(DATA)

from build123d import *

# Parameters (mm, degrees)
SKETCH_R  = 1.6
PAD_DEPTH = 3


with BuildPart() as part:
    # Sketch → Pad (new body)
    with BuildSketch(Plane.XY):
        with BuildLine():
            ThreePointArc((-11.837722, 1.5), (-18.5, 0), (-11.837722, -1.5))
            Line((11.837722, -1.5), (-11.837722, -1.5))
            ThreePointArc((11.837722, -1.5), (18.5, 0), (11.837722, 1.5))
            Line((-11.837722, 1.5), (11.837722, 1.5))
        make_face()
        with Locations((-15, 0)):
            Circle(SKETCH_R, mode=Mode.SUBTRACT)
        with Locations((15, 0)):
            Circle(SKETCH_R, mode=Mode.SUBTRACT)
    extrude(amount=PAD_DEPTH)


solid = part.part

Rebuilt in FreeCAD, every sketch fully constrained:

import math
import FreeCAD as App
import Part
import Sketcher
from FreeCAD import Vector

doc = App.newDocument("Part")
body = doc.addObject("PartDesign::Body", "Body")

# Sketch on XY plane
sketch1 = body.newObject("Sketcher::SketchObject", "Sketch")
sketch1.AttachmentSupport = (doc.getObject("XY_Plane"), [""])
sketch1.MapMode = "FlatFace"
sketch1.addGeometry([
    Part.ArcOfCircle(Part.Circle(Vector(-15, 0, 0), Vector(0, 0, 1), 3.5), math.radians(25), math.radians(335)),  # 0
    Part.LineSegment(Vector(-11.8, -1.5, 0), Vector(11.8, -1.5, 0)),  # 1
    Part.ArcOfCircle(Part.Circle(Vector(15, 0, 0), Vector(0, 0, 1), 3.5), math.radians(-155), math.radians(155)),  # 2
    Part.LineSegment(Vector(11.8, 1.5, 0), Vector(-11.8, 1.5, 0)),  # 3
    Part.Circle(Vector(-15, 0, 0), Vector(0, 0, 1), 1.6),  # 4
    Part.Circle(Vector(15, 0, 0), Vector(0, 0, 1), 1.6),  # 5
], False)
sketch1.addConstraint([
    Sketcher.Constraint("Coincident", 0, 2, 1, 1),
    Sketcher.Constraint("Coincident", 1, 2, 2, 1),
    Sketcher.Constraint("Coincident", 2, 2, 3, 1),
    Sketcher.Constraint("Coincident", 3, 2, 0, 1),
    Sketcher.Constraint("Horizontal", 1),
    Sketcher.Constraint("Horizontal", 3),
    Sketcher.Constraint("Coincident", 4, 3, 0, 3),
    Sketcher.Constraint("Coincident", 5, 3, 2, 3),
    Sketcher.Constraint("Equal", 0, 2),
    Sketcher.Constraint("Equal", 4, 5),
    Sketcher.Constraint("Symmetric", 0, 3, 2, 3, -1, 1),
    Sketcher.Constraint("Symmetric", 1, 2, 2, 2, -1),
    Sketcher.Constraint("Diameter", 4, 3.2),
    Sketcher.Constraint("Radius", 0, 3.5),
    Sketcher.Constraint("DistanceX", 0, 3, -1, 1, 15.0),
    Sketcher.Constraint("DistanceY", 1, 2, 2, 2, 3.0),
])
pad1 = body.newObject("PartDesign::Pad", "Pad")
pad1.Profile = sketch1
pad1.Length = 3

doc.recompute()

(End DATA)

WORK INSTRUCTIONS: Without leaving out a single line, retype the material above exactly.

WRITTEN RESPONSE:
from build123d import *

# Parameters (mm, degrees)
SKETCH_R  = 1.6
PAD_DEPTH = 3


with BuildPart() as part:
    # Sketch → Pad (new body)
    with BuildSketch(Plane.XY):
        with BuildLine():
            ThreePointArc((-11.837722, 1.5), (-18.5, 0), (-11.837722, -1.5))
            Line((11.837722, -1.5), (-11.837722, -1.5))
            ThreePointArc((11.837722, -1.5), (18.5, 0), (11.837722, 1.5))
            Line((-11.837722, 1.5), (11.837722, 1.5))
        make_face()
        with Locations((-15, 0)):
            Circle(SKETCH_R, mode=Mode.SUBTRACT)
        with Locations((15, 0)):
            Circle(SKETCH_R, mode=Mode.SUBTRACT)
    extrude(amount=PAD_DEPTH)


solid = part.part

Rebuilt in FreeCAD, every sketch fully constrained:

import math
import FreeCAD as App
import Part
import Sketcher
from FreeCAD import Vector

doc = App.newDocument("Part")
body = doc.addObject("PartDesign::Body", "Body")

# Sketch on XY plane
sketch1 = body.newObject("Sketcher::SketchObject", "Sketch")
sketch1.AttachmentSupport = (doc.getObject("XY_Plane"), [""])
sketch1.MapMode = "FlatFace"
sketch1.addGeometry([
    Part.ArcOfCircle(Part.Circle(Vector(-15, 0, 0), Vector(0, 0, 1), 3.5), math.radians(25), math.radians(335)),  # 0
    Part.LineSegment(Vector(-11.8, -1.5, 0), Vector(11.8, -1.5, 0)),  # 1
    Part.ArcOfCircle(Part.Circle(Vector(15, 0, 0), Vector(0, 0, 1), 3.5), math.radians(-155), math.radians(155)),  # 2
    Part.LineSegment(Vector(11.8, 1.5, 0), Vector(-11.8, 1.5, 0)),  # 3
    Part.Circle(Vector(-15, 0, 0), Vector(0, 0, 1), 1.6),  # 4
    Part.Circle(Vector(15, 0, 0), Vector(0, 0, 1), 1.6),  # 5
], False)
sketch1.addConstraint([
    Sketcher.Constraint("Coincident", 0, 2, 1, 1),
    Sketcher.Constraint("Coincident", 1, 2, 2, 1),
    Sketcher.Constraint("Coincident", 2, 2, 3, 1),
    Sketcher.Constraint("Coincident", 3, 2, 0, 1),
    Sketcher.Constraint("Horizontal", 1),
    Sketcher.Constraint("Horizontal", 3),
    Sketcher.Constraint("Coincident", 4, 3, 0, 3),
    Sketcher.Constraint("Coincident", 5, 3, 2, 3),
    Sketcher.Constraint("Equal", 0, 2),
    Sketcher.Constraint("Equal", 4, 5),
    Sketcher.Constraint("Symmetric", 0, 3, 2, 3, -1, 1),
    Sketcher.Constraint("Symmetric", 1, 2, 2, 2, -1),
    Sketcher.Constraint("Diameter", 4, 3.2),
    Sketcher.Constraint("Radius", 0, 3.5),
    Sketcher.Constraint("DistanceX", 0, 3, -1, 1, 15.0),
    Sketcher.Constraint("DistanceY", 1, 2, 2, 2, 3.0),
])
pad1 = body.newObject("PartDesign::Pad", "Pad")
pad1.Profile = sketch1
pad1.Length = 3

doc.recompute()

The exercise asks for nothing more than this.